Not sure what I am supposed to learn from this. Of course I am frustrated after a week poking around and nothing coming out of my nvidia. But I’m sure someone here will again explain to me how all these experiences of nVidia software quality is in fact my fault and my fault only.

If nVidias “policy” is in fact to just pretend OpenCL support while in fact throwing 99% of its effort on CUDA, please state so (like real men).

I realize this is perhaps a rant, so I won’t try to address all the points raised.

Yes, NVIDIA puts more effort into CUDA than OpenCL. I don’t think this is news.

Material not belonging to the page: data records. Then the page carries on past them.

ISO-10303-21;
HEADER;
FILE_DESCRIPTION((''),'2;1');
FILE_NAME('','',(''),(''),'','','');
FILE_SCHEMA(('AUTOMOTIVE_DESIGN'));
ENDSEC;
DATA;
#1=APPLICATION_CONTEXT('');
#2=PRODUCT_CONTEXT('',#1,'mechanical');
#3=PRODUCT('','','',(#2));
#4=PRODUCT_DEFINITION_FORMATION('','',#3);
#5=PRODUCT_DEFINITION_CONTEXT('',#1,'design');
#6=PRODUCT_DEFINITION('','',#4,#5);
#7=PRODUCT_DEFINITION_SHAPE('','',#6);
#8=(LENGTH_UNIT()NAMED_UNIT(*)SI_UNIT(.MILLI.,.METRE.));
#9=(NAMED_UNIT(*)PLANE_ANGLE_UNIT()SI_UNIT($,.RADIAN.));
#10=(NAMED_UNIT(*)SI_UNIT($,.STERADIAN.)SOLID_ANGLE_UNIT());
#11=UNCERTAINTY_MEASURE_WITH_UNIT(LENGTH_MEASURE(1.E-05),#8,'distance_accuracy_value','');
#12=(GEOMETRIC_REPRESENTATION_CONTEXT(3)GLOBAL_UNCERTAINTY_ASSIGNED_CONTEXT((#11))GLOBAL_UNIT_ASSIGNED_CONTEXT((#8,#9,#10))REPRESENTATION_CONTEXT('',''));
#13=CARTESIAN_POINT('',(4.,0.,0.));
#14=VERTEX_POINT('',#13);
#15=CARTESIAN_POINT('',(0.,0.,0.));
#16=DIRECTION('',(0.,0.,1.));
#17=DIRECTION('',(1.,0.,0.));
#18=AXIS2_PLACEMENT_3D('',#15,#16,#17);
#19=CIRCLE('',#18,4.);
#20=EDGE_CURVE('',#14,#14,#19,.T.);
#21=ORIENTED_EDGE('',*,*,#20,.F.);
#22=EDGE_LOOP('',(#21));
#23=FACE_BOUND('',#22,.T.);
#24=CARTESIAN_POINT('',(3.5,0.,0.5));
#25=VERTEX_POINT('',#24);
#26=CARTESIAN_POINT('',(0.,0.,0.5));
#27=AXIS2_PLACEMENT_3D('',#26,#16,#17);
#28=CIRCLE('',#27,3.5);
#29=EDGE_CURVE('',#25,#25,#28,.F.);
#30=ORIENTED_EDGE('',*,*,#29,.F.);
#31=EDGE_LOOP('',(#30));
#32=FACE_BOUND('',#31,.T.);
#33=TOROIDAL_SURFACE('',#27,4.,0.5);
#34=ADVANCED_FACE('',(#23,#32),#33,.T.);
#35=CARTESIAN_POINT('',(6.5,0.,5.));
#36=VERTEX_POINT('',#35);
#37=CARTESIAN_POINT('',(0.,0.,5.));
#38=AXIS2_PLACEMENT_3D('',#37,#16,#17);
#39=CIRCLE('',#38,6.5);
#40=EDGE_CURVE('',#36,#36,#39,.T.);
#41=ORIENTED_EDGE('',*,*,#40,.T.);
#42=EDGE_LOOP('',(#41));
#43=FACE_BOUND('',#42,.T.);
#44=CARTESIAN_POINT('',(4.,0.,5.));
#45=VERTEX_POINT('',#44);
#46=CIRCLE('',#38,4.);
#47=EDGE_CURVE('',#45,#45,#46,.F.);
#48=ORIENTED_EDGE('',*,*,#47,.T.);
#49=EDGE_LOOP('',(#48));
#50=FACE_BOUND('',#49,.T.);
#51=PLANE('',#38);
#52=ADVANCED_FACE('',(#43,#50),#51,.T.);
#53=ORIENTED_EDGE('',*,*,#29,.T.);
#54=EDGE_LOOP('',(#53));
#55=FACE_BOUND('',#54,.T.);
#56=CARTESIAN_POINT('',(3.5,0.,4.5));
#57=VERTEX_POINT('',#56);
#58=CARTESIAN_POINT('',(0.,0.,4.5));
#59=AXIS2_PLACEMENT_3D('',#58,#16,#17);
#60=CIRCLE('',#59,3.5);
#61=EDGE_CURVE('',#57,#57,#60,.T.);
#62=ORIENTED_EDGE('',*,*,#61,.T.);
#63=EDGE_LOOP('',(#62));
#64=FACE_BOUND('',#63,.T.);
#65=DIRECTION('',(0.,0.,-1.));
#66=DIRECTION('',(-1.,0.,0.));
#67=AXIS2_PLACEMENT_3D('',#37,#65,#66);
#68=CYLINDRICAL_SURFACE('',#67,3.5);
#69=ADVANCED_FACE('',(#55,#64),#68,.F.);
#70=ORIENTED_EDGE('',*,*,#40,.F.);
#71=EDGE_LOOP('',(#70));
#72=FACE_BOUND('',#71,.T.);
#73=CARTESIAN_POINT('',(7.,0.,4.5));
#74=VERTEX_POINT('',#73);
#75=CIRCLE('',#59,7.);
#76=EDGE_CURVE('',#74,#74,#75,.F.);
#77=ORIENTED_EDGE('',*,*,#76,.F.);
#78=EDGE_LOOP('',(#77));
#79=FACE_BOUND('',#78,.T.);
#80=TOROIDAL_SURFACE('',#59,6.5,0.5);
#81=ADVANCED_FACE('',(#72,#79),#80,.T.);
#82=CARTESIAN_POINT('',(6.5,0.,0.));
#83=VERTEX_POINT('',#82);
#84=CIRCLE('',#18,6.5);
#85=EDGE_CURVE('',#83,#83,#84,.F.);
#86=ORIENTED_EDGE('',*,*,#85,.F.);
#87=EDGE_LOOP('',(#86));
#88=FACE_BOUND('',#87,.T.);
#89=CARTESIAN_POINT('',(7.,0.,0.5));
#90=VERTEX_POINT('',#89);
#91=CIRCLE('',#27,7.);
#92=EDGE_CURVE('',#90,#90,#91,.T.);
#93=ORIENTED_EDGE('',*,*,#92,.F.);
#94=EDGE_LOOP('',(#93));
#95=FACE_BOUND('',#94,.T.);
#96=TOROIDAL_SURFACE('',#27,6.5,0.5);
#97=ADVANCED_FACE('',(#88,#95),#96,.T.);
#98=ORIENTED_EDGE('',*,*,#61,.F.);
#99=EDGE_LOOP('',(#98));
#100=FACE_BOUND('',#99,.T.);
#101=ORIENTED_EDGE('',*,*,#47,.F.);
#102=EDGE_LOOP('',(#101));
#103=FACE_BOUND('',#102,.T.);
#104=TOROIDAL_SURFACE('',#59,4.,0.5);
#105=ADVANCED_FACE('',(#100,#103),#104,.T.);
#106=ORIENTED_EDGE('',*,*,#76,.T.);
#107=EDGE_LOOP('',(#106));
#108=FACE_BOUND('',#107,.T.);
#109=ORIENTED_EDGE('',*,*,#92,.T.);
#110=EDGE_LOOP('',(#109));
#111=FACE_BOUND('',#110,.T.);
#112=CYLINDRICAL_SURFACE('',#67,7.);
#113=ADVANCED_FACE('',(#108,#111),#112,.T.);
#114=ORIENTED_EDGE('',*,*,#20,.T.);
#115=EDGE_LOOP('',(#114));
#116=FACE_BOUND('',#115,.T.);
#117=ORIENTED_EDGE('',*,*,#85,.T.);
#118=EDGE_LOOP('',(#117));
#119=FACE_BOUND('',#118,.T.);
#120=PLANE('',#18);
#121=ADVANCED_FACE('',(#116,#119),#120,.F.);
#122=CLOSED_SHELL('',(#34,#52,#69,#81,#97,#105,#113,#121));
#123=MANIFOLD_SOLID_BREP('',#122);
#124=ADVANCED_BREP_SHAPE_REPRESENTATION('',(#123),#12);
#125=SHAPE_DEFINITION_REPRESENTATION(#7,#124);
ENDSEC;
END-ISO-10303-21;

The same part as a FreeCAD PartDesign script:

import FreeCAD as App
import Part
import Sketcher

V = App.Vector


def edges_at(feature, points):
    """Names of the edges that pass closest to the given points."""
    edges = feature.Shape.Edges
    near = lambda p: min(range(len(edges)), key=lambda i: edges[i].distToShape(Part.Vertex(*p))[0])
    return sorted({f"Edge{near(p) + 1}" for p in points})

doc = App.newDocument("Part")
body = doc.addObject("PartDesign::Body", "Body")

# Sketch on XY plane
sketch1 = doc.addObject("Sketcher::SketchObject", "Sketch")
body.addObject(sketch1)
sketch1.AttachmentSupport = (doc.XY_Plane, [""])
sketch1.MapMode = "FlatFace"
sketch1.addGeometry(Part.Circle(V(0, 0, 0), V(0, 0, 1), 7), False)
sketch1.addGeometry(Part.Circle(V(0, 0, 0), V(0, 0, 1), 3.5), False)
sketch1.addConstraint(Sketcher.Constraint("Coincident", 0, 3, -1, 1))
sketch1.addConstraint(Sketcher.Constraint("Coincident", 1, 3, -1, 1))
sketch1.addConstraint(Sketcher.Constraint("Diameter", 0, 14.0))
sketch1.addConstraint(Sketcher.Constraint("Diameter", 1, 7.0))
pad1 = doc.addObject("PartDesign::Pad", "Pad")
body.addObject(pad1)
pad1.Profile = sketch1
pad1.Length = 5
doc.recompute()

fillet = doc.addObject("PartDesign::Fillet", "Fillet")
body.addObject(fillet)
fillet.Base = (pad1, edges_at(pad1, [
    (-7, 0, 0),
    (-7, 0, 5),
    (-3.5, 0, 0),
    (-3.5, 0, 5),
]))
fillet.Radius = 0.5

doc.recompute()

I don’t think you have to go through this level of analysis to discover that or arrive at that conclusion.

The proximal reason for the difficulty you’re describing here is just as you’ve stated: the codes you’re touching are quite old, and have not been updated. Toolchains have moved along however, so things don’t work the way they used to under the latest toolchains.

It is possible to reconstruct and compile the original samples in an orderly fashion, if one is so motivated. A description of how it might be done is here:

[url]https://devtalk.nvidia.com/default/topic/768502/opencl-example-code-doesn-t-compile-cuda-6-0-ubuntu-12-04-5-/[/url]

Note that the RHEL 5.5 I used there is old, and so it includes GCC 4.1.2 which helps if you’re trying to compile these old codes.

AFAIK NVIDIA no longer maintains a “current” OCL SDK. When OCL was brand-new (circa 2010), there was some value in that. Nowadays, there are a great many OCL samples and resources available, it generally should not be necessary for developers wanting to use or learn OCL to depend on NVIDIA provided samples.